Feature Request: Upsert

Question

Feature Request: Upsert

nscimerical opened this issue 5 years ago · 20 comments

Is it possible to have atomic upsert functionality similar to postresql's INSERT ON CONFLICT or mysql's INSERT ON DUPLICATE KEY UPDATE statement? Use case is to save roundtrips on remote databases and to minimize lines of code.

Answer 1 · 2019-11-04T08:09:46.000Z

This issue somehow depends on #127. Although, it's possible to define the conflict on any constraint.

I don't see any problem with adding this after #127 will be addressed.

Answer 2 · 2020-01-07T08:06:27.000Z

@a8m do you have already a syntax for upsert in mind? Since upsert is different in Postgres/Sqlite and Mysql, Ent should probably abstract that common case.

Just a draft of my current thinking:

pedro, err := client.Pet.
    UpsertOneID(id).
    Create(
	pet.Create().SetName("pedro")
    ).
    Update(
        pet.Update().SetOwnerID(owner)
    ).
    Save(ctx)

This would allow us to reuse the Settters for Create and Update and ensure that Create and Update can include different properties.

Answer 3 · 2020-05-20T07:01:21.000Z

This looks rather promising.

Answer 4 · 2020-09-14T17:52:49.000Z

Any ETA on this? :)

Answer 5 · 2020-10-01T03:03:21.000Z

I want one.

Answer 6 · 2020-10-26T07:46:06.000Z

I need it.

Answer 7 · 2020-11-09T21:47:03.000Z

yes please

Answer 8 · 2020-12-09T20:14:34.000Z

Sorry to bug but is this being worked on? 🤦🏾‍♂️

Answer 9 · 2021-01-03T04:45:40.000Z

Has anyone made a start on this? I'd like to contribute!

Answer 10 · 2021-01-03T06:21:31.000Z

A few thoughts on this — at least from a Postgres standpoint — using ON CONFLICT requires some sort of annotation to indicate that a field is unique (already supported in the schema) or supply it with a named constraint (also generated by using index.Field(...).Unique(). Beyond that we need to update the graph inserter with the necessary pieces to write the conflict statement. Assuming something like @chris-rock suggested above, I've started to put this together:

// Pet holds the schema definition for the Pet entity.
type Pet struct {
	ent.Schema
}

// Fields of the Pet.
func (Pet) Fields() []ent.Field {
	return []ent.Field{
		field.String("name"),
	}
}

func (Pet) Indexes() []ent.Index {
	return []ent.Index{
		index.Fields("name").Unique(),
	}
}

// Usage:
pedro, err := client.Pet.
    Upsert().
    Create().SetName("pedro").
    Update().SetName("pedro-2").
    Save(ctx)

WIP #1121

Answer 11 · 2021-01-03T06:34:48.000Z

Has anyone made a start on this? I'd like to contribute!

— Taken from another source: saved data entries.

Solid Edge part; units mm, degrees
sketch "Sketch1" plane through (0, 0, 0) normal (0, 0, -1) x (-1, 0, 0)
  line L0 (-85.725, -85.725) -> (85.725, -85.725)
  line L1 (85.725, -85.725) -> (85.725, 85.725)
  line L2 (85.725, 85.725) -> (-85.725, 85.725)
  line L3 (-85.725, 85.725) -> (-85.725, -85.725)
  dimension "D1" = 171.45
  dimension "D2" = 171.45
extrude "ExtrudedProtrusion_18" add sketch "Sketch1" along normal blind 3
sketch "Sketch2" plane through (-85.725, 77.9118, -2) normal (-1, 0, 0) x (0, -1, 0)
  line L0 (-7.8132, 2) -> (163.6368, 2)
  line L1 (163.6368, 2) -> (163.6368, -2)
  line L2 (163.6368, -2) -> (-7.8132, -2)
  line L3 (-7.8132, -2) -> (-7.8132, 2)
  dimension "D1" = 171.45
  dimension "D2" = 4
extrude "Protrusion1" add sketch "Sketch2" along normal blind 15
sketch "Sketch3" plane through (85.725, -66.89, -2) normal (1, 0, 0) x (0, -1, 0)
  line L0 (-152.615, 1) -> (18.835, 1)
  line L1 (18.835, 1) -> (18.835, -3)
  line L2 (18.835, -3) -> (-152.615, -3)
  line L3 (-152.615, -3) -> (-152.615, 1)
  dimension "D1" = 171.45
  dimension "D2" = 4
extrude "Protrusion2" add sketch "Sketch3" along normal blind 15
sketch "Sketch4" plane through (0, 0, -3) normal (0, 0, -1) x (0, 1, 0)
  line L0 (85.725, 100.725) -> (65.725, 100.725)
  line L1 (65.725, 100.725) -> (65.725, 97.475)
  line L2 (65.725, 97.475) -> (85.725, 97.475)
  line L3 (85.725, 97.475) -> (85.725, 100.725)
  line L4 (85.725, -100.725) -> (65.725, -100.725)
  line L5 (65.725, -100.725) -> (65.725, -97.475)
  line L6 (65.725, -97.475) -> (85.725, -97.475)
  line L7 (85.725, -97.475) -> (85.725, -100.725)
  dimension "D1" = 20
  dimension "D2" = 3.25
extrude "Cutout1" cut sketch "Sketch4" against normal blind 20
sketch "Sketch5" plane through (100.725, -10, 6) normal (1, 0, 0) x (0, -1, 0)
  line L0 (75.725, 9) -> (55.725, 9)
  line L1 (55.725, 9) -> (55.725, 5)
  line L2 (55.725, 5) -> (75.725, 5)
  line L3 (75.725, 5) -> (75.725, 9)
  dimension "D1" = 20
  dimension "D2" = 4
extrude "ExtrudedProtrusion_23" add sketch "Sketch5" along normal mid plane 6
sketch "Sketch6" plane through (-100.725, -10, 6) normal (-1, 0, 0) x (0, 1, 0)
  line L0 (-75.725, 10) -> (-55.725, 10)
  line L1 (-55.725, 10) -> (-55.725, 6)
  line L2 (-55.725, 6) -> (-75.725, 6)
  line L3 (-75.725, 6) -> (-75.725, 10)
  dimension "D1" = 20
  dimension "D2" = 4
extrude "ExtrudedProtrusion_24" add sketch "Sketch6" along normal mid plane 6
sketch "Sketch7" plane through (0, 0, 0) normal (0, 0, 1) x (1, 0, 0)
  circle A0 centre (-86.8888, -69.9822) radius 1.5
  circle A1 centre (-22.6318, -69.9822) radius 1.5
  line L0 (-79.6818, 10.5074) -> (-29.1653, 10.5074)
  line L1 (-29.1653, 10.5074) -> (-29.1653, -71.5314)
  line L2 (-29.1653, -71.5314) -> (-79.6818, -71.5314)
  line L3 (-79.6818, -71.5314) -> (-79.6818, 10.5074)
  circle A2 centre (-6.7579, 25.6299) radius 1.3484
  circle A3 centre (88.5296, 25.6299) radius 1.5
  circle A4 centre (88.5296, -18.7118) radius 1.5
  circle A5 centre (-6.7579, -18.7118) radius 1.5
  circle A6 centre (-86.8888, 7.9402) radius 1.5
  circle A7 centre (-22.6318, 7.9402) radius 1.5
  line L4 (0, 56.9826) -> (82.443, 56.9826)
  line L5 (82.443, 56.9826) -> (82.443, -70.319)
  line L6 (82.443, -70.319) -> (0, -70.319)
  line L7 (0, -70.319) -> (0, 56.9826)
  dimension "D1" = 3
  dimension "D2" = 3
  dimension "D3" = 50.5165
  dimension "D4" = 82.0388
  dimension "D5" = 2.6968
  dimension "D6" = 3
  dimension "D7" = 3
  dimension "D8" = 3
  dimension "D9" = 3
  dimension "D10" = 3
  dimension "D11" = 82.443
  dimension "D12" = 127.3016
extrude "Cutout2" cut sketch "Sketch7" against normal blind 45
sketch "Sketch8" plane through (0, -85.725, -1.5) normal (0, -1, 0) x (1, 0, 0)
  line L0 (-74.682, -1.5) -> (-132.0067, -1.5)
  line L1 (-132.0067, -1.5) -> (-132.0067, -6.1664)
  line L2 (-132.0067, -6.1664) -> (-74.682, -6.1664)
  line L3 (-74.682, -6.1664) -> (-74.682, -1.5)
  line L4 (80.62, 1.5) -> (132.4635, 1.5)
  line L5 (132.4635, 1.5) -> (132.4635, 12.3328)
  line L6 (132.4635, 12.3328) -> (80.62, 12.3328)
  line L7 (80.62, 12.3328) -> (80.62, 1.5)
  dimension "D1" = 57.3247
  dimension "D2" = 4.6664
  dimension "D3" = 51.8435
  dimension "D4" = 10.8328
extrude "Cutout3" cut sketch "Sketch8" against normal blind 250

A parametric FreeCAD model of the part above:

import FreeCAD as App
import Part
import Sketcher

V = App.Vector

doc = App.newDocument("Part")
body = doc.addObject("PartDesign::Body", "Body")

sketch1 = doc.addObject("Sketcher::SketchObject", "Sketch")
body.addObject(sketch1)
sketch1.AttachmentSupport = (doc.XY_Plane, [""])
sketch1.MapMode = "FlatFace"
sketch1.addGeometry([
    Part.LineSegment(V(86, 86, 0), V(86, -86, 0)),
    Part.LineSegment(V(86, -86, 0), V(-86, -86, 0)),
    Part.LineSegment(V(-86, -86, 0), V(-86, 86, 0)),
    Part.LineSegment(V(-86, 86, 0), V(86, 86, 0)),
], False)
sketch1.addConstraint([
    Sketcher.Constraint("Coincident", 0, 2, 1, 1),
    Sketcher.Constraint("Coincident", 1, 2, 2, 1),
    Sketcher.Constraint("Coincident", 2, 2, 3, 1),
    Sketcher.Constraint("Coincident", 3, 2, 0, 1),
    Sketcher.Constraint("Vertical", 0),
    Sketcher.Constraint("Horizontal", 1),
    Sketcher.Constraint("Vertical", 2),
    Sketcher.Constraint("Horizontal", 3),
    Sketcher.Constraint("Symmetric", 0, 2, 2, 2, -1, 1),
    Sketcher.Constraint("Equal", 3, 0),
    Sketcher.Constraint("DistanceX", 1, 2, 1, 1, 171.45),
])
pad1 = doc.addObject("PartDesign::Pad", "Pad")
body.addObject(pad1)
pad1.Profile = sketch1
pad1.Length = 3
pad1.Reversed = True

sketch2 = doc.addObject("Sketcher::SketchObject", "Sketch001")
body.addObject(sketch2)
sketch2.AttachmentSupport = (doc.YZ_Plane, [""])
sketch2.MapMode = "FlatFace"
sketch2.AttachmentOffset = App.Placement(V(0, 0, -85.725), App.Rotation())
sketch2.addGeometry([
    Part.LineSegment(V(-85.7, 0, 0), V(85.7, 0, 0)),
    Part.LineSegment(V(85.7, 0, 0), V(85.7, -4, 0)),
    Part.LineSegment(V(85.7, -4, 0), V(-85.7, -4, 0)),
    Part.LineSegment(V(-85.7, -4, 0), V(-85.7, 0, 0)),
], False)
sketch2.addConstraint([
    Sketcher.Constraint("Coincident", 0, 2, 1, 1),
    Sketcher.Constraint("Coincident", 1, 2, 2, 1),
    Sketcher.Constraint("Coincident", 2, 2, 3, 1),
    Sketcher.Constraint("Coincident", 3, 2, 0, 1),
    Sketcher.Constraint("Horizontal", 0),
    Sketcher.Constraint("Vertical", 1),
    Sketcher.Constraint("Horizontal", 2),
    Sketcher.Constraint("Vertical", 3),
    Sketcher.Constraint("Symmetric", 0, 2, 3, 2, -1, 1),
    Sketcher.Constraint("DistanceY", 1, 2, 1, 1, 4.0),
    Sketcher.Constraint("DistanceX", 0, 1, 0, 2, 171.45),
])
pad2 = doc.addObject("PartDesign::Pad", "Pad001")
body.addObject(pad2)
pad2.Profile = sketch2
pad2.Length = 15
pad2.Reversed = True

sketch3 = doc.addObject("Sketcher::SketchObject", "Sketch002")
body.addObject(sketch3)
sketch3.AttachmentSupport = (doc.YZ_Plane, [""])
sketch3.MapMode = "FlatFace"
sketch3.AttachmentOffset = App.Placement(V(0, 0, 85.725), App.Rotation())
sketch3.addGeometry([
    Part.LineSegment(V(-85.7, -3, 0), V(85.7, -3, 0)),
    Part.LineSegment(V(85.7, -3, 0), V(85.7, 1, 0)),
    Part.LineSegment(V(85.7, 1, 0), V(-85.7, 1, 0)),
    Part.LineSegment(V(-85.7, 1, 0), V(-85.7, -3, 0)),
], False)
sketch3.addConstraint([
    Sketcher.Constraint("Coincident", 0, 2, 1, 1),
    Sketcher.Constraint("Coincident", 1, 2, 2, 1),
    Sketcher.Constraint("Coincident", 2, 2, 3, 1),
    Sketcher.Constraint("Coincident", 3, 2, 0, 1),
    Sketcher.Constraint("Horizontal", 0),
    Sketcher.Constraint("Vertical", 1),
    Sketcher.Constraint("Horizontal", 2),
    Sketcher.Constraint("Vertical", 3),
    Sketcher.Constraint("DistanceY", 1, 1, 1, 2, 4.0),
    Sketcher.Constraint("DistanceY", 0, 2, -1, 1, 3.0),
    Sketcher.Constraint("DistanceX", 0, 1, 0, 2, 171.45),
    Sketcher.Constraint("DistanceX", -1, 1, 0, 2, 85.725),
])
pad3 = doc.addObject("PartDesign::Pad", "Pad002")
body.addObject(pad3)
pad3.Profile = sketch3
pad3.Length = 15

I started an experiment for handing this, the only open question about it is whether we want to add a new hook/policy type for UpsertOne and Upsert (bulk).

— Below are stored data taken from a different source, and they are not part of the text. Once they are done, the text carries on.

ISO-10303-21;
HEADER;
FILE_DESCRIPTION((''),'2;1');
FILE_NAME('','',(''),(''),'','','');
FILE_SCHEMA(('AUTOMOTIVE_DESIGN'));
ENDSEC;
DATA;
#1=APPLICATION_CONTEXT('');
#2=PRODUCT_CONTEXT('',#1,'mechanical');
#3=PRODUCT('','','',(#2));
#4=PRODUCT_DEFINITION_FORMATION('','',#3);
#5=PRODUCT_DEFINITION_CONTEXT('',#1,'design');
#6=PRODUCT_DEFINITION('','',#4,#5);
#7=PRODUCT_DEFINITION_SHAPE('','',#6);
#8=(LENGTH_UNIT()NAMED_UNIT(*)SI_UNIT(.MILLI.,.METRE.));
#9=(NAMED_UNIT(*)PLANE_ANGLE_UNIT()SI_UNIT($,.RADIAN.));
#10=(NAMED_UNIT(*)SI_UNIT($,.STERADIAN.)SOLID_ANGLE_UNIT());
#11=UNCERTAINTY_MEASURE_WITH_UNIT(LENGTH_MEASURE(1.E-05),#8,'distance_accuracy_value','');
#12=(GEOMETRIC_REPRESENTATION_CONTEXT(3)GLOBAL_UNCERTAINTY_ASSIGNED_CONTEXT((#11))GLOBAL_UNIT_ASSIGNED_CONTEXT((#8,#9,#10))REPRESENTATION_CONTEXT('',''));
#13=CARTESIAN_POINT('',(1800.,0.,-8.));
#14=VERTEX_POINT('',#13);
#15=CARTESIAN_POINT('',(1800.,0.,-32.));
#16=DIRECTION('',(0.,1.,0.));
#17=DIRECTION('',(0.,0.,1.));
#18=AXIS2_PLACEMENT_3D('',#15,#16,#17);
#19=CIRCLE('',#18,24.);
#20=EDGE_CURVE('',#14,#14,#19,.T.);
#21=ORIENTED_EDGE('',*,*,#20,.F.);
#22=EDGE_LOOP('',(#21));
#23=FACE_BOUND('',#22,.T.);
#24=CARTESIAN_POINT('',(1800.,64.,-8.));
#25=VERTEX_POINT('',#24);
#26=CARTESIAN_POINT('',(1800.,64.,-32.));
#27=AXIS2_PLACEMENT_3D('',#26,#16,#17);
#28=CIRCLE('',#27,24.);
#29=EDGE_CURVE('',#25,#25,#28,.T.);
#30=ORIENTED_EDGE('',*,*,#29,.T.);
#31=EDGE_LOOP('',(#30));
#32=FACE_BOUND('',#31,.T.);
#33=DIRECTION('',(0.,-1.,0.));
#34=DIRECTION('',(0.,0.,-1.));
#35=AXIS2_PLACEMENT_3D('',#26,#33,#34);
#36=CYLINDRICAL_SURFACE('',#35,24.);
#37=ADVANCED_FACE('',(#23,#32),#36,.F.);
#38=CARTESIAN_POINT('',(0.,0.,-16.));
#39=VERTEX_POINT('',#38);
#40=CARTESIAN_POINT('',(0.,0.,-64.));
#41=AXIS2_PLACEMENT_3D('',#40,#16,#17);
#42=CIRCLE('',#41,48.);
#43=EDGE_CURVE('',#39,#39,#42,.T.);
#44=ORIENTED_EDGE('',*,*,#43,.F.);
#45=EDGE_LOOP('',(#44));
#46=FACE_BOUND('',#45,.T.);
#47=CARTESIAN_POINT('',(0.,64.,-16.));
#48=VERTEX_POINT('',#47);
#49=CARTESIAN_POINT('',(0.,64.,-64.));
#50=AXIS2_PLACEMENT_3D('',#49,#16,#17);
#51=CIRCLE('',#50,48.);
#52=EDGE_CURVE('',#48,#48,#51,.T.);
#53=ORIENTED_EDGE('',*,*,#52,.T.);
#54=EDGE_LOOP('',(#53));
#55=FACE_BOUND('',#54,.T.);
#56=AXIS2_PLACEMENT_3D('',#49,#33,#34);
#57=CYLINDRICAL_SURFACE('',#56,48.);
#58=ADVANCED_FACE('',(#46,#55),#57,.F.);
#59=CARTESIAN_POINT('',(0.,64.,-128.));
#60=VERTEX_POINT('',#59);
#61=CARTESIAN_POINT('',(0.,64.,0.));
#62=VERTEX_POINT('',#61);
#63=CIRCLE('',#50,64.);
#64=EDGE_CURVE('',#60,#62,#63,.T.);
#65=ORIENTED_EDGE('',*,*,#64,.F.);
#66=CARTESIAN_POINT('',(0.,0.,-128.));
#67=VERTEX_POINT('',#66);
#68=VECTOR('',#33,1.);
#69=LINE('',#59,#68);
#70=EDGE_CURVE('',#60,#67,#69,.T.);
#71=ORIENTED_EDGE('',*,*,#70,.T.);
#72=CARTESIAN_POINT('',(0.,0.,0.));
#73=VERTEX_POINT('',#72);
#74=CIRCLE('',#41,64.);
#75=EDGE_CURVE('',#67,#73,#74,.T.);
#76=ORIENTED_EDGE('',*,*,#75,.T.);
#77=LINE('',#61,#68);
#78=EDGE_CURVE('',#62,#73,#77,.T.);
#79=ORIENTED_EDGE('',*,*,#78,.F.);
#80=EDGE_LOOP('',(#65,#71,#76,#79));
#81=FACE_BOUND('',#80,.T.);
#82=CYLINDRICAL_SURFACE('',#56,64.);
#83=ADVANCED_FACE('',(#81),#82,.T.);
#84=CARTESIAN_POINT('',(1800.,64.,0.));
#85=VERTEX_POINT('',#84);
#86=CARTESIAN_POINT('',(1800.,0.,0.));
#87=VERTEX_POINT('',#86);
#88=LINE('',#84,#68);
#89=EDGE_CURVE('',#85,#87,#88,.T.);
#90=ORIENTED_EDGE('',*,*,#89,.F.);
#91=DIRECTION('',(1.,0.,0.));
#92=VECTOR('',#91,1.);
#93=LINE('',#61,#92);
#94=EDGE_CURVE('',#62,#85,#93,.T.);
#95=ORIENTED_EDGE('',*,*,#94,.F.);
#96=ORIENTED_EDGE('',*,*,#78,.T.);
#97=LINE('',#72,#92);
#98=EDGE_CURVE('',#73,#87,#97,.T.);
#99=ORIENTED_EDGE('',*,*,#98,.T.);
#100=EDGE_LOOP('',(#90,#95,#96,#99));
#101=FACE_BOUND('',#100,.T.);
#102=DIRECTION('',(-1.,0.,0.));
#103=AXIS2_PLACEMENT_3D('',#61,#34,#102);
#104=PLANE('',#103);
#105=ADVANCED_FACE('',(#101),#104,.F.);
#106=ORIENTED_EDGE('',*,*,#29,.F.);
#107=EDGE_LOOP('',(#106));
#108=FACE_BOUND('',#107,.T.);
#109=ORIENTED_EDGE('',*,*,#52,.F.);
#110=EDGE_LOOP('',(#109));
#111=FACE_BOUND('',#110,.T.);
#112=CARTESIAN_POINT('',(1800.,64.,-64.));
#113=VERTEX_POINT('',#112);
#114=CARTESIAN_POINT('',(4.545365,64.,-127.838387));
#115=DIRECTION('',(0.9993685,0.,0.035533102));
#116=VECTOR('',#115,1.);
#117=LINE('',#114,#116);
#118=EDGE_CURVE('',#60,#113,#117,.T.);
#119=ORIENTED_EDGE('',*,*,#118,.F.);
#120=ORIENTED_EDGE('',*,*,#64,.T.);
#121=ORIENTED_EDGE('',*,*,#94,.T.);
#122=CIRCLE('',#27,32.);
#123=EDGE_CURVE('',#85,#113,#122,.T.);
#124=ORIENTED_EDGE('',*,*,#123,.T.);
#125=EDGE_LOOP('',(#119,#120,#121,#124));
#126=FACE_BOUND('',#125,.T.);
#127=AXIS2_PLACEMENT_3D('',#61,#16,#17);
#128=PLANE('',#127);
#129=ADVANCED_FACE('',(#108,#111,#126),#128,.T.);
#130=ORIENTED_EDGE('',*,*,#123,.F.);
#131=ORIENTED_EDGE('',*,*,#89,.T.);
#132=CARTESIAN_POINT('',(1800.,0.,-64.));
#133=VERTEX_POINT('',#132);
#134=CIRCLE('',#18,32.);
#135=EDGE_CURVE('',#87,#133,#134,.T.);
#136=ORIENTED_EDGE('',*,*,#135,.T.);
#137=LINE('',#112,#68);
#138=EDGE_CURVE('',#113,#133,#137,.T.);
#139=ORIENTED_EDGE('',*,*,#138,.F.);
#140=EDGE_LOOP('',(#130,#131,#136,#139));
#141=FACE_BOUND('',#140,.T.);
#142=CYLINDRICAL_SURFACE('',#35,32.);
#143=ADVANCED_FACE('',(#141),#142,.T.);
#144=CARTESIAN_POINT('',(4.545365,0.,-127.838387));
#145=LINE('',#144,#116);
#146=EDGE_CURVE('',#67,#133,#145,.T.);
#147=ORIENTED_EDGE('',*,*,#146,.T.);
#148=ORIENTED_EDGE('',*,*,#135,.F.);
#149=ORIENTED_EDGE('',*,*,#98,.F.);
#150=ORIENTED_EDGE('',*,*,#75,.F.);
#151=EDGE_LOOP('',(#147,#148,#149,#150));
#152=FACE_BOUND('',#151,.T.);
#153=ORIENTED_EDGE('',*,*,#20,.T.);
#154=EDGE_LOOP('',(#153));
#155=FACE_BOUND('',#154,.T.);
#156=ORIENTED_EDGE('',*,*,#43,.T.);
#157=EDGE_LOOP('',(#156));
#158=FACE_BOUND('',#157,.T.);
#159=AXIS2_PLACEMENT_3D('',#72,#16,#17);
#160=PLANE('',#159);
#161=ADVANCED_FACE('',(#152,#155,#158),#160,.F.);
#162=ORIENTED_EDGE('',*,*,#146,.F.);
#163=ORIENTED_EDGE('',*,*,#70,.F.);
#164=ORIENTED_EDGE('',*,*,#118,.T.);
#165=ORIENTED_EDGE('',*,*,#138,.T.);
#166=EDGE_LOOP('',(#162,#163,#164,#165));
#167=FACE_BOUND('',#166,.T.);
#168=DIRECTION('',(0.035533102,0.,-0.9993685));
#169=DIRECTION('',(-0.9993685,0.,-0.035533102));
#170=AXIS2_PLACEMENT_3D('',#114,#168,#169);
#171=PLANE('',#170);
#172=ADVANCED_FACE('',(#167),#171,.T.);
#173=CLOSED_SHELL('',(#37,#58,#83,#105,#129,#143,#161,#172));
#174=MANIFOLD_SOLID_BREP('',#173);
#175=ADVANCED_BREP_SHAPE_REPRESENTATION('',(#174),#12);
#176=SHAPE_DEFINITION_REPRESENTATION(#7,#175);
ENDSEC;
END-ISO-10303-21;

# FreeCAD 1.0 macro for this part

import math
import FreeCAD as App
import Part
import Sketcher

doc = App.newDocument("Part")
params = doc.addObject("Spreadsheet::Sheet", "Params")
for row, (alias, value) in enumerate([
    ("sketch1_radius", "64 mm"),
    ("sketch1_radius2", "24 mm"),
    ("sketch1_radius3", "48 mm"),
    ("sketch1_width", "1800 mm"),
    ("pad1_length", "64 mm"),
], start=1):
    params.set(f"A{row}", alias)
    params.set(f"B{row}", "=" + value)
    params.setAlias(f"B{row}", alias)

body = doc.addObject("PartDesign::Body", "Body")

# Sketch on XZ plane
sketch1 = body.newObject("Sketcher::SketchObject", "Sketch")
sketch1.AttachmentSupport = (doc.getObject("XZ_Plane"), [""])
sketch1.MapMode = "FlatFace"
sketch1.addGeometry([
    Part.LineSegment(App.Vector(4.5, -127.8, 0), App.Vector(0, -128, 0)),  # 0
    Part.ArcOfCircle(Part.Circle(App.Vector(0, -64, 0), App.Vector(0, 0, 1), 64), math.radians(90), math.radians(270)),  # 1
    Part.LineSegment(App.Vector(0, 0, 0), App.Vector(1800, 0, 0)),  # 2
    Part.ArcOfCircle(Part.Circle(App.Vector(1800, -32, 0), App.Vector(0, 0, 1), 32), math.radians(0), math.radians(90)),  # 3
    Part.ArcOfCircle(Part.Circle(App.Vector(1800, -32, 0), App.Vector(0, 0, 1), 32), math.radians(-90), math.radians(0)),  # 4
    Part.LineSegment(App.Vector(1800, -64, 0), App.Vector(4.5, -127.8, 0)),  # 5
    Part.ArcOfCircle(Part.Circle(App.Vector(1800, -32, 0), App.Vector(0, 0, 1), 24), math.radians(90), math.radians(270)),  # 6
    Part.ArcOfCircle(Part.Circle(App.Vector(1800, -32, 0), App.Vector(0, 0, 1), 24), math.radians(-90), math.radians(0)),  # 7
    Part.ArcOfCircle(Part.Circle(App.Vector(1800, -32, 0), App.Vector(0, 0, 1), 24), math.radians(0), math.radians(90)),  # 8
    Part.ArcOfCircle(Part.Circle(App.Vector(0, -64, 0), App.Vector(0, 0, 1), 48), math.radians(0), math.radians(90)),  # 9
    Part.ArcOfCircle(Part.Circle(App.Vector(0, -64, 0), App.Vector(0, 0, 1), 48), math.radians(90), math.radians(270)),  # 10
    Part.ArcOfCircle(Part.Circle(App.Vector(0, -64, 0), App.Vector(0, 0, 1), 48), math.radians(-90), math.radians(0)),  # 11
], False)
sketch1.addConstraint([
    Sketcher.Constraint("Coincident", 0, 2, 1, 2),
    Sketcher.Constraint("Tangent", 1, 1, 2, 1),
    Sketcher.Constraint("Tangent", 2, 2, 3, 2),
    Sketcher.Constraint("Tangent", 3, 1, 4, 2),
    Sketcher.Constraint("Coincident", 4, 1, 5, 1),
    Sketcher.Constraint("Coincident", 5, 2, 0, 1),
    Sketcher.Constraint("Tangent", 6, 2, 7, 1),
    Sketcher.Constraint("Tangent", 7, 2, 8, 1),
    Sketcher.Constraint("Tangent", 8, 2, 6, 1),
    Sketcher.Constraint("Tangent", 9, 2, 10, 1),
    Sketcher.Constraint("Tangent", 10, 2, 11, 1),
    Sketcher.Constraint("Tangent", 11, 2, 9, 1),
    Sketcher.Constraint("Horizontal", 2),
    Sketcher.Constraint("Coincident", 1, 1, -1, 1),
    Sketcher.Constraint("Coincident", 6, 3, 3, 3),
    Sketcher.Constraint("Coincident", 9, 3, 1, 3),
    Sketcher.Constraint("Equal", 3, 4),
    Sketcher.Constraint("PointOnObject", 0, 2, -2),
    Sketcher.Constraint("PointOnObject", 9, 2, -2),
    Sketcher.Constraint("PointOnObject", 10, 2, -2),
    Sketcher.Constraint("Parallel", 0, 5),
    Sketcher.Constraint("Horizontal", 8, 3, 3, 1),
    Sketcher.Constraint("Horizontal", 11, 3, 4, 1),
    Sketcher.Constraint("Horizontal", 3, 1, 7, 2),
    Sketcher.Constraint("Horizontal", 4, 1, 11, 2),
    Sketcher.Constraint("Vertical", 2, 2, 4, 1),
    Sketcher.Constraint("Vertical", 4, 1, 6, 2),
    Sketcher.Constraint("Vertical", 6, 2, 8, 2),
    Sketcher.Constraint("Radius", 1, 64.0),
    Sketcher.Constraint("Radius", 6, 24.0),
    Sketcher.Constraint("Radius", 9, 48.0),
    Sketcher.Constraint("DistanceX", 2, 1, 2, 2, 1800.0),
    Sketcher.Constraint("Distance", 5, 1796.589181),
])
sketch1.setExpression("Constraints[28]", "Params.sketch1_radius")
sketch1.setExpression("Constraints[29]", "Params.sketch1_radius2")
sketch1.setExpression("Constraints[30]", "Params.sketch1_radius3")
sketch1.setExpression("Constraints[31]", "Params.sketch1_width")
pad1 = body.newObject("PartDesign::Pad", "Pad")
pad1.Profile = sketch1
pad1.setExpression("Length", "Params.pad1_length")
pad1.Reversed = True

doc.recompute()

Regarding the API, I used something as follows:

client.Pet.
    Create().
    // Setters...
    OnConflict(...).
    Update()
    // Setters...
    Save(ctx)

Answer 12 · 2021-01-03T06:43:23.000Z

The explicit OnConflict API is nice — would it take a list of columns or options of some sort?

IIRC Postgres requires the conflict columns to be set to columns with a unique constraint and throws an error otherwise, would this be handled by Indexes/Field annotations?

Answer 13 · 2021-03-06T20:28:37.000Z

Also interested in bulk upsert. By now inserting or updating multiple objects can be done only one by one and that's very slow on large sets.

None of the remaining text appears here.